══ Records

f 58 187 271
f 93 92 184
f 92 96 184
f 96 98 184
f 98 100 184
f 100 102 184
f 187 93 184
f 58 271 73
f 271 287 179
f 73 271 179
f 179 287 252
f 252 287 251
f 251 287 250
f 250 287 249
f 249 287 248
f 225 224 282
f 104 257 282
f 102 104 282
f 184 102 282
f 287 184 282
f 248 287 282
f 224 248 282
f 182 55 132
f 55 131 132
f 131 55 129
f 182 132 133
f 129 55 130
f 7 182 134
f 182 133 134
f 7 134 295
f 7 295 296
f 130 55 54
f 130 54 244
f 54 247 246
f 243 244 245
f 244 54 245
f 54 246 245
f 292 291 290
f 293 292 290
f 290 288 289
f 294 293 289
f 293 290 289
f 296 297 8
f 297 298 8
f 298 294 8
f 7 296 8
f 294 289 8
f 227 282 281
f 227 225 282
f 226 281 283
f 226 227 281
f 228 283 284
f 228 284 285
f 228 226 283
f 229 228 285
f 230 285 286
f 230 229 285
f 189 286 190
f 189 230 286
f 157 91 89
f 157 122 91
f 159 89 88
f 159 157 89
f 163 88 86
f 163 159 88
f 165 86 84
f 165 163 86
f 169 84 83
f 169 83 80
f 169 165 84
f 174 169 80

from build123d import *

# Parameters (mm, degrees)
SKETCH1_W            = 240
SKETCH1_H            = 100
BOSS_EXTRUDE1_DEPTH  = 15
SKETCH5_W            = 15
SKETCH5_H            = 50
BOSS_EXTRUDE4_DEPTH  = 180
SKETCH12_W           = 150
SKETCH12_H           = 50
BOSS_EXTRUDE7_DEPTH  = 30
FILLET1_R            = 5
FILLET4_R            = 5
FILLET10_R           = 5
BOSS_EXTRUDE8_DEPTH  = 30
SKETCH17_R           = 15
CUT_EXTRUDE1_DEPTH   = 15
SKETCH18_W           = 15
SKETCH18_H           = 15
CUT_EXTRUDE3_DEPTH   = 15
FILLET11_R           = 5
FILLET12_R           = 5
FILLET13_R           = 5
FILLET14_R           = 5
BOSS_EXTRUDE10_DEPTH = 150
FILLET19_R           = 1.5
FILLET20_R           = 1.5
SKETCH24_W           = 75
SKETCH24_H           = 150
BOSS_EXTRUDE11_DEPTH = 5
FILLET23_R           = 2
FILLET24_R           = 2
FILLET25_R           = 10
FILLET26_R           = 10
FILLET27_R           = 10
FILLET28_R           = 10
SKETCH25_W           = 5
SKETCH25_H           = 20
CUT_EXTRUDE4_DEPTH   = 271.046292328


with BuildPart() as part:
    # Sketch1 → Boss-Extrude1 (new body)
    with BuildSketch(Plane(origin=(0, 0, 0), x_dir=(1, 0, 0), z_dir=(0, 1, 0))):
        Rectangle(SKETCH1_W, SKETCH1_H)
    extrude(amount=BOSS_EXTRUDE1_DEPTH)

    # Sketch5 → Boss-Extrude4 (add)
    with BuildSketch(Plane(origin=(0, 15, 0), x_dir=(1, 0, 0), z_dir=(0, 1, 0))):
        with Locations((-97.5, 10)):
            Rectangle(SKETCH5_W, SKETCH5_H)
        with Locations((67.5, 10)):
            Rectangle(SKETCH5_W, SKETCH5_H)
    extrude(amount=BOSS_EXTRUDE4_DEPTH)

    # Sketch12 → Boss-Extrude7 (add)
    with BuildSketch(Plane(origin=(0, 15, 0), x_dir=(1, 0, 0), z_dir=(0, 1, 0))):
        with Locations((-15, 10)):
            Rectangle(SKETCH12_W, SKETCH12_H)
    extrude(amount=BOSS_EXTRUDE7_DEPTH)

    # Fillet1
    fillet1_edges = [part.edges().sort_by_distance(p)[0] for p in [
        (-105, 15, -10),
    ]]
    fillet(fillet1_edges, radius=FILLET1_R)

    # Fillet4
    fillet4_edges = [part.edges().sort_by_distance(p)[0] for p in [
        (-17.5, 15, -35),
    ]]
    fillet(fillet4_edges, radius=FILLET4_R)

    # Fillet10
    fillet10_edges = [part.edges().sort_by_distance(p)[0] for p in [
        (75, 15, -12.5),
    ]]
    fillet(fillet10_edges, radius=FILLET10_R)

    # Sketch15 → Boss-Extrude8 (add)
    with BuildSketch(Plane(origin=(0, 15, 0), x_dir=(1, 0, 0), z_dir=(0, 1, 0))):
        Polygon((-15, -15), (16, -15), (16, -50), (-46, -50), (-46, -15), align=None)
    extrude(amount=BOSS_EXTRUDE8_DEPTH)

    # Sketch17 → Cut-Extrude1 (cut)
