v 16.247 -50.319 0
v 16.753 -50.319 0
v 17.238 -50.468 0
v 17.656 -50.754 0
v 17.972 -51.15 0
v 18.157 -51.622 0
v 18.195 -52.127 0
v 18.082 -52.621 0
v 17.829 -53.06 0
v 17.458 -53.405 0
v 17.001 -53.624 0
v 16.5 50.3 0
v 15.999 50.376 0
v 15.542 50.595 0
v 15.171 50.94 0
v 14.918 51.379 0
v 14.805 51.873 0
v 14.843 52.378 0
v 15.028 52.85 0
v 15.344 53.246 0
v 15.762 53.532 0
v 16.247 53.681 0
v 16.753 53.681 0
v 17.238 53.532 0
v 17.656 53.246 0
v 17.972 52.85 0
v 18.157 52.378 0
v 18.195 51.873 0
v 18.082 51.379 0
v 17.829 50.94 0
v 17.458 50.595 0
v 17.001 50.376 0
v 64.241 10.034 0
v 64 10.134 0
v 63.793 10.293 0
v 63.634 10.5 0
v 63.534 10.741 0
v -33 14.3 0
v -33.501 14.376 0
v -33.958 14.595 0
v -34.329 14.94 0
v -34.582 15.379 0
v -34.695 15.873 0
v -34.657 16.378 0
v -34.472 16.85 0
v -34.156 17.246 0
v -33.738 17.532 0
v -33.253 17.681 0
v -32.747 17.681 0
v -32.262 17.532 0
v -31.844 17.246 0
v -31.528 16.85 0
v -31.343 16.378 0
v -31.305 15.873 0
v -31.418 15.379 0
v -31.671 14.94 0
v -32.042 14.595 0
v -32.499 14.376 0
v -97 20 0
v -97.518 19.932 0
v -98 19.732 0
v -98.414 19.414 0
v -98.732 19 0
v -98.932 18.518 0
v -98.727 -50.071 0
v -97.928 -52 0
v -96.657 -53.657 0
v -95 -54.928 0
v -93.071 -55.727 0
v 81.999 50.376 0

════

Task to carry out:
The line with "v -96.657 -53.657 0" through the last line of the entries above: output exactly those lines and nothing else.

Solution below:
v -96.657 -53.657 0
v -95 -54.928 0
v -93.071 -55.727 0
v 81.999 50.376 0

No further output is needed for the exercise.